Analysis and control of stochastic reaction networks - Applications to biology

Reaction networks are systems in which the populations of a finite number of species evolve according to predefined interactions. Such networks are found as modeling tools in many disciplines (spanning biochemistry, epidemiology, pharmacology, ecology and social networks). Traditionally, reaction networks are mathematically analyzed by expressing the dynamics as a set of ordinary differential equations. Such a deterministic model is reasonably accurate when the number of network participants is large. However, when this is not the case, the discrete nature of the interactions becomes important and the dynamics is inherently noisy. This random component of the dynamics cannot be ignored as it can have a significant impact on the macroscopic properties of the system. This is the reason why stochastic models for reaction networks are necessary for representing certain reaction networks. The tools for analyzing them, however, still lag far behind their deterministic counterparts.

In this talk, a short introduction to biological mechanisms and biological problems are first presented via simple examples in order to set up the ideas. Different modeling techniques will be briefly discussed together with their applicability domain, their benefits and their drawbacks. A constructive framework for examining the long-term behavior and stability properties of the reaction dynamics in a stochastic setting is then proposed.
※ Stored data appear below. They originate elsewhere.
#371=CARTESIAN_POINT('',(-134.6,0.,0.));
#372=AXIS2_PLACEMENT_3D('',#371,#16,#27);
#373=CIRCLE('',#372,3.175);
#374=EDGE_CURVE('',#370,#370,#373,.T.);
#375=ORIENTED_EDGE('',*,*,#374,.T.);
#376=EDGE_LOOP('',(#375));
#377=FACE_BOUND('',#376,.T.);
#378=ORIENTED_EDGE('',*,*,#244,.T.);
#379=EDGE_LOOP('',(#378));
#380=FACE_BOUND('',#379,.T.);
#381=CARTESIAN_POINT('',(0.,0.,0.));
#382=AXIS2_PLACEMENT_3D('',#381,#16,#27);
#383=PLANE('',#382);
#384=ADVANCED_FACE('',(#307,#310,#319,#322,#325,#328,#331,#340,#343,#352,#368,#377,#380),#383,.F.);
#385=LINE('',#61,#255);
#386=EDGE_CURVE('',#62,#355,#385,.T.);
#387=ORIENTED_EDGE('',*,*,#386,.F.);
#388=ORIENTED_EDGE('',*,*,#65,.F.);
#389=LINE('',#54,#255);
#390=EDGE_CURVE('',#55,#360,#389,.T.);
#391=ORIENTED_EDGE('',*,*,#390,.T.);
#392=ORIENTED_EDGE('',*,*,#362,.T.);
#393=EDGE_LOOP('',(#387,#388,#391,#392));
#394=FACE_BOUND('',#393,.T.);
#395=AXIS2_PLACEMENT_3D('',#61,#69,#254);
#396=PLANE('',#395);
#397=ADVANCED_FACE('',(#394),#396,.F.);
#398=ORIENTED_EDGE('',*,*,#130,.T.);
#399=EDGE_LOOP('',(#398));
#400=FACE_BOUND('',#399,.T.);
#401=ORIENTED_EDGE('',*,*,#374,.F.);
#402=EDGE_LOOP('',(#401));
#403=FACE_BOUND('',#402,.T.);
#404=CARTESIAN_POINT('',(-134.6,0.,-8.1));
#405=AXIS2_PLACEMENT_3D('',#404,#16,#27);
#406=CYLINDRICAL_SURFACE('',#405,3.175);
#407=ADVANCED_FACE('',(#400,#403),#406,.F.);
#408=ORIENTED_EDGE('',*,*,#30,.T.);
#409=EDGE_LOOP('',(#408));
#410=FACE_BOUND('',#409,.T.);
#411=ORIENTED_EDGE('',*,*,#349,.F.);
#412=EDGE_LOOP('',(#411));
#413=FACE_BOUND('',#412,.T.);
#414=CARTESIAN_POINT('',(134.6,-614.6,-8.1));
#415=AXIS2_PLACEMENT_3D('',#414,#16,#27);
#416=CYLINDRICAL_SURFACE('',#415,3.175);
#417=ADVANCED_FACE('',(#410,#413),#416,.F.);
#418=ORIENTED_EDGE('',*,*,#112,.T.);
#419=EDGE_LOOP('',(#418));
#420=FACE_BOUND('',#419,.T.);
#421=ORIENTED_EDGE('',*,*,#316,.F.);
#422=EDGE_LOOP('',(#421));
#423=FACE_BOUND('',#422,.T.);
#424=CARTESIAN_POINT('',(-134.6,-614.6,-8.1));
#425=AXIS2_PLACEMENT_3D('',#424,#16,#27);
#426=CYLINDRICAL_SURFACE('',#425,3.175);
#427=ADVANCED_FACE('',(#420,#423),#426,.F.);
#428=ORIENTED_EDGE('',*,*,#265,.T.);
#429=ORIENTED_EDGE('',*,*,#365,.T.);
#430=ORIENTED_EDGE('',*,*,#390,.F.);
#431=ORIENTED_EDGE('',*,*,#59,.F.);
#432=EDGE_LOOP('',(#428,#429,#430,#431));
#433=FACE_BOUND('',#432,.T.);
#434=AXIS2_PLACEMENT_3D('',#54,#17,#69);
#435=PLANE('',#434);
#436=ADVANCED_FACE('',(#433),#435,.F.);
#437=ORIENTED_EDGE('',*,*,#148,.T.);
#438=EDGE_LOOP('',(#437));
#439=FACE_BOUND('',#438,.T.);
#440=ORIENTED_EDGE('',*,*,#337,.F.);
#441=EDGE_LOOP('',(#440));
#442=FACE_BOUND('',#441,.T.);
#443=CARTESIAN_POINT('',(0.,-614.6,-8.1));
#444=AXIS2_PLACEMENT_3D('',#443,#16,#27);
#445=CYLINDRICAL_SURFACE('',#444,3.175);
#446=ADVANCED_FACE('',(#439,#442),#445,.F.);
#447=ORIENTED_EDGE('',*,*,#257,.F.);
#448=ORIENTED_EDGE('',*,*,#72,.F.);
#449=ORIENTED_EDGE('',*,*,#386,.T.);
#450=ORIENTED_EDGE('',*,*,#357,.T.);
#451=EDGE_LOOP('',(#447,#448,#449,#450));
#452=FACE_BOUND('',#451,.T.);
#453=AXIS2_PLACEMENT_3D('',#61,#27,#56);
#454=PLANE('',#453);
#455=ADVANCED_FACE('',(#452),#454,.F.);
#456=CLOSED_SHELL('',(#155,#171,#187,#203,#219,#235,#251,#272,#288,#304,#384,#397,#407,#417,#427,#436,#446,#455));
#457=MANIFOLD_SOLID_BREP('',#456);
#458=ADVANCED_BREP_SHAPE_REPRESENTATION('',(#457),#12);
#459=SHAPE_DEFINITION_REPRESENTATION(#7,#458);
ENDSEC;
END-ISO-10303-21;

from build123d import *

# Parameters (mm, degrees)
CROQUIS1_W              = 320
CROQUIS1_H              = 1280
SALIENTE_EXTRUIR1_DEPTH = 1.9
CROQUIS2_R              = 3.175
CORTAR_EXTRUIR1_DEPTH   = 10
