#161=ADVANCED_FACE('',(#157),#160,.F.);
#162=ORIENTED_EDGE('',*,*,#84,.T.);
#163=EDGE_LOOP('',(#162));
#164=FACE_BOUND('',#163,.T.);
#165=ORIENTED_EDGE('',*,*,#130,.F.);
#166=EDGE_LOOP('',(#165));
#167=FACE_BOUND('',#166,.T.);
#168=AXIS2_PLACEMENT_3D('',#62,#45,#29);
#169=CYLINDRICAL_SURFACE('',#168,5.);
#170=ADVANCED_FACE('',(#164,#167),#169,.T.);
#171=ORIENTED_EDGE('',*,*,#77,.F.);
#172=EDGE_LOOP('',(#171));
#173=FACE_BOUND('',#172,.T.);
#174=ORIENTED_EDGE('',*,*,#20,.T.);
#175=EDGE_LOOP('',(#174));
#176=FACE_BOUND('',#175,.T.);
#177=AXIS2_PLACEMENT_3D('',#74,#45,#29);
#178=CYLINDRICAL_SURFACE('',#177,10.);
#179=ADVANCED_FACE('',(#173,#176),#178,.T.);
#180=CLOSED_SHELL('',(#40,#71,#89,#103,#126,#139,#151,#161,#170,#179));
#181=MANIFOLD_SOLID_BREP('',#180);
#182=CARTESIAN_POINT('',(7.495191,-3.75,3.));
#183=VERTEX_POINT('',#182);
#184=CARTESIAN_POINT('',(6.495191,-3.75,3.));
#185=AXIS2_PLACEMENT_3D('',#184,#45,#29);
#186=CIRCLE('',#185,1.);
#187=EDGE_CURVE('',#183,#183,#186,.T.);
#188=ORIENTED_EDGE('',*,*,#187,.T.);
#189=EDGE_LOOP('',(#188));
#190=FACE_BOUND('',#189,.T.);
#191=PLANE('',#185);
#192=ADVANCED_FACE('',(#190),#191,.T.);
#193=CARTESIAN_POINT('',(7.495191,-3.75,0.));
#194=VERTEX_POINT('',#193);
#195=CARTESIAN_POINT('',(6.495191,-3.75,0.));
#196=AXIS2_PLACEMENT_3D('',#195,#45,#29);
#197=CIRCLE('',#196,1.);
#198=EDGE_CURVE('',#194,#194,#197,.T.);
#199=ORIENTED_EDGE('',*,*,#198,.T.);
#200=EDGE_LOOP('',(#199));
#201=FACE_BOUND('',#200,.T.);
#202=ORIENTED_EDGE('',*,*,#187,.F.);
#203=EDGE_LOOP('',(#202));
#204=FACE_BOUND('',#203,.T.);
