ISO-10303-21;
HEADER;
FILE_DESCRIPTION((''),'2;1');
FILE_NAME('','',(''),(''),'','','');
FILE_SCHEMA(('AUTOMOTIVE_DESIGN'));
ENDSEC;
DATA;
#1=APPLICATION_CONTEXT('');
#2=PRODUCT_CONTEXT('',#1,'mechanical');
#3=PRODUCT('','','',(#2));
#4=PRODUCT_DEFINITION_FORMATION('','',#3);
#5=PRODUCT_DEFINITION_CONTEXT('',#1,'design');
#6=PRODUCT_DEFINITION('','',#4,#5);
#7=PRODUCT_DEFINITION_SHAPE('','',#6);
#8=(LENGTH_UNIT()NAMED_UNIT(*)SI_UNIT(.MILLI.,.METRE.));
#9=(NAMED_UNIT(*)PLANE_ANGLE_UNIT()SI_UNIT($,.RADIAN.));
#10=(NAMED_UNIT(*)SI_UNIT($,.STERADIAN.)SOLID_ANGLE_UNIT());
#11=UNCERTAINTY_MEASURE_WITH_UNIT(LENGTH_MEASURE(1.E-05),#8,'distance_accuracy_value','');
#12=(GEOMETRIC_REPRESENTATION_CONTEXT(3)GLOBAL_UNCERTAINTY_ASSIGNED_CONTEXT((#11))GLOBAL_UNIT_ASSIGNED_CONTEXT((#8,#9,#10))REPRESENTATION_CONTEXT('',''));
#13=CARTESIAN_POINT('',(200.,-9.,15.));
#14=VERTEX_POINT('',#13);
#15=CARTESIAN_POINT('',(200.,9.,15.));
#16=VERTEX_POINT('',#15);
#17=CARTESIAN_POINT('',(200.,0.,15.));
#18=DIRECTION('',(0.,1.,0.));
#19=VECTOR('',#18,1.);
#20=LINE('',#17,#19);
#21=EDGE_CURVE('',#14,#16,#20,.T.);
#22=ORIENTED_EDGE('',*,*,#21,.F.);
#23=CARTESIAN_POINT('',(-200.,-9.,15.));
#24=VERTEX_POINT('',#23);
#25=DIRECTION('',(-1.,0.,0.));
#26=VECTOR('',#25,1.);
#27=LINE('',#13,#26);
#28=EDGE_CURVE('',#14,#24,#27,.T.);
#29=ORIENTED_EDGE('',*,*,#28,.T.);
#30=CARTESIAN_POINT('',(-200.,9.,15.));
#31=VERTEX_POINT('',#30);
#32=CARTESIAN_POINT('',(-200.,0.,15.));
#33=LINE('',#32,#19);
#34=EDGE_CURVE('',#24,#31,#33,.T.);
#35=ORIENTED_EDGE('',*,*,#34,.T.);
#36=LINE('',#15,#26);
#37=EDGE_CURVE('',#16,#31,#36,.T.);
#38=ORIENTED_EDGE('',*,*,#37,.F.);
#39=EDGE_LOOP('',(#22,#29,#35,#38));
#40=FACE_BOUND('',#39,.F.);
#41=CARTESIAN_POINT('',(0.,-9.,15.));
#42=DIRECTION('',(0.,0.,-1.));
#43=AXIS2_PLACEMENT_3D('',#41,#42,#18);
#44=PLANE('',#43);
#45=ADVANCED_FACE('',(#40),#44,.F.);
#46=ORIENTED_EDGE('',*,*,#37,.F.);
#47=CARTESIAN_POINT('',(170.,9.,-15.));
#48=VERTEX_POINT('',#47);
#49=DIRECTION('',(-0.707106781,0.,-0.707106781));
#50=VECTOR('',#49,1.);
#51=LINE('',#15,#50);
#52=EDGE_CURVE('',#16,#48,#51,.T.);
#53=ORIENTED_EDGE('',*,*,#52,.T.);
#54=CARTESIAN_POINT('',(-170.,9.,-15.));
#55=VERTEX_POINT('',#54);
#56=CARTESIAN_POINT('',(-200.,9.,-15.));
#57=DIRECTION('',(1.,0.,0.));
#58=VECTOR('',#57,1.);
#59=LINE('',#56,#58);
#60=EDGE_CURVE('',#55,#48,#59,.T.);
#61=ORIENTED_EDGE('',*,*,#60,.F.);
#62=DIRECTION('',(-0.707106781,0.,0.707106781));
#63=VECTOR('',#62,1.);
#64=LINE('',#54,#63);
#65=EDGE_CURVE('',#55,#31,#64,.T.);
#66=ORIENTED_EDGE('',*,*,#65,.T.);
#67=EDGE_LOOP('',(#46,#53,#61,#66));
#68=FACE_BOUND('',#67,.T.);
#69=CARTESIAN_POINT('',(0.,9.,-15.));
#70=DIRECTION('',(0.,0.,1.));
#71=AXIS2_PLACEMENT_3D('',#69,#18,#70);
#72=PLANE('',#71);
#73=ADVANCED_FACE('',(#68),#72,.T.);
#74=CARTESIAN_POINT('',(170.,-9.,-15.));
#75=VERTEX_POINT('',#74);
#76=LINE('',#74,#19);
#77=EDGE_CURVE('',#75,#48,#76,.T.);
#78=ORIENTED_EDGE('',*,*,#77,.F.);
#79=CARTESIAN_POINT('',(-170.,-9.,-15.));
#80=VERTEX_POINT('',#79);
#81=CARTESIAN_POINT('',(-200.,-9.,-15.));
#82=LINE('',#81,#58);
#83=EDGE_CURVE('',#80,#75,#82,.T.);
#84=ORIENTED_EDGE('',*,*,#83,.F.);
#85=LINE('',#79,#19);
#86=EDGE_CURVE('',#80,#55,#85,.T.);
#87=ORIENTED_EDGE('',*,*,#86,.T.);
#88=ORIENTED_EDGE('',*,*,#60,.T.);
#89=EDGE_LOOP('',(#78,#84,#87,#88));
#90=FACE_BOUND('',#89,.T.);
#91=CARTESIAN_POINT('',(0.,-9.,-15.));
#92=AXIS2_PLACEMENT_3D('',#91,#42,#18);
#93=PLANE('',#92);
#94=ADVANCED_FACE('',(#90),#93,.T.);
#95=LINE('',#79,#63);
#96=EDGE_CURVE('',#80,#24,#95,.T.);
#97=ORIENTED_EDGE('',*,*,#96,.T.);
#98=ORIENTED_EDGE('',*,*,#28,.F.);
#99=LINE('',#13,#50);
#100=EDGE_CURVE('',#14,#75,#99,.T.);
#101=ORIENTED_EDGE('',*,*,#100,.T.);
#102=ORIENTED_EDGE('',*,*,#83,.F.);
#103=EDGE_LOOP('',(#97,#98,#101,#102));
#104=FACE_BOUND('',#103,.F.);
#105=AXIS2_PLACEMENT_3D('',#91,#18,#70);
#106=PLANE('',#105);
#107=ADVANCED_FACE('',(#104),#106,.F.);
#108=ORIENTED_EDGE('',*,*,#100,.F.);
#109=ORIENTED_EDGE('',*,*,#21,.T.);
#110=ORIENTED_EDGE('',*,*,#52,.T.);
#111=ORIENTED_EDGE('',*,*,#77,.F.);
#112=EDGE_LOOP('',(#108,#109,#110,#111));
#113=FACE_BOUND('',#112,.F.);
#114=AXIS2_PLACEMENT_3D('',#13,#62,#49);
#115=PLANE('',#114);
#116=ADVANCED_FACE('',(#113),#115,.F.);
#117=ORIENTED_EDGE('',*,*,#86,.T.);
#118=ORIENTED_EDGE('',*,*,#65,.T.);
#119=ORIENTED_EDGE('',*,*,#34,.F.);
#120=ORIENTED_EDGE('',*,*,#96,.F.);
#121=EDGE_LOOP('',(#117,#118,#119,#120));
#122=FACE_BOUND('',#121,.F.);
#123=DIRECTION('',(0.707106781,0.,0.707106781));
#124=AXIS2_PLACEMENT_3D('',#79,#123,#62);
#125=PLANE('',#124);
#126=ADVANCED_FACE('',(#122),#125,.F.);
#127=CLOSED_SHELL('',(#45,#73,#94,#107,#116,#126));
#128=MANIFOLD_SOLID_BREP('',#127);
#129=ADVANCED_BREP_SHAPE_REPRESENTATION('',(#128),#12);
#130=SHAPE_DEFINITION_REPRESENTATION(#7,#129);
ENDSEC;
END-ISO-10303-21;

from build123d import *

# Parameters (mm, degrees)
F0_W     = 18
F0_H     = 30
F1_DEPTH = 200
F3_DEPTH = 18


with BuildPart() as f1:
    # F0 (on Right) → F1 (new body, symmetric)
    with BuildSketch(Plane.YZ):
        Rectangle(F0_W, F0_H)
    extrude(amount=F1_DEPTH, both=True)

    # F2 (on face) → F3 (cut)
    with BuildSketch(Plane.XZ.offset(9)):
        Polygon((-170, -15), (-200, 15), (-200, -15), align=None)
        Polygon((200, -15), (200, 15), (170, -15), align=None)
    extrude(amount=-F3_DEPTH, mode=Mode.SUBTRACT)


solid = f1.part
In particular, we will address the problem of determining ergodicity of the reaction dynamics, which is analogous to having a globally attracting fixed point for deterministic dynamics.  We will then demonstrate that stability properties of a wide class of networks can be assessed from theoretical results that can be recast as efficient and scalable linear programs, well-known for their tractability. It is notably shown that the computational complexity is often linear in the number of species, and worst-case quadratic. We illustrate the applicability of the results on several reaction networks arising in fields such as biochemistry, epidemiology and ecology. Finally, two control problems will be discussed. The first one is in-silico population control where the aim is to control the average number of proteins present in a cell-population. Variance control can also be performed this way. The second one is concerned with in-vivo single-cell and population control meaning that the goal is to control the average number of a protein in a single-cell (and/or over the cell population). In this latter framework, the controller is implemented in terms of reactions. Several properties of the closed-loop system (robustness, non-fragility, tracking, disturbance rejection, etc) will be emphasized and illustrated through several examples.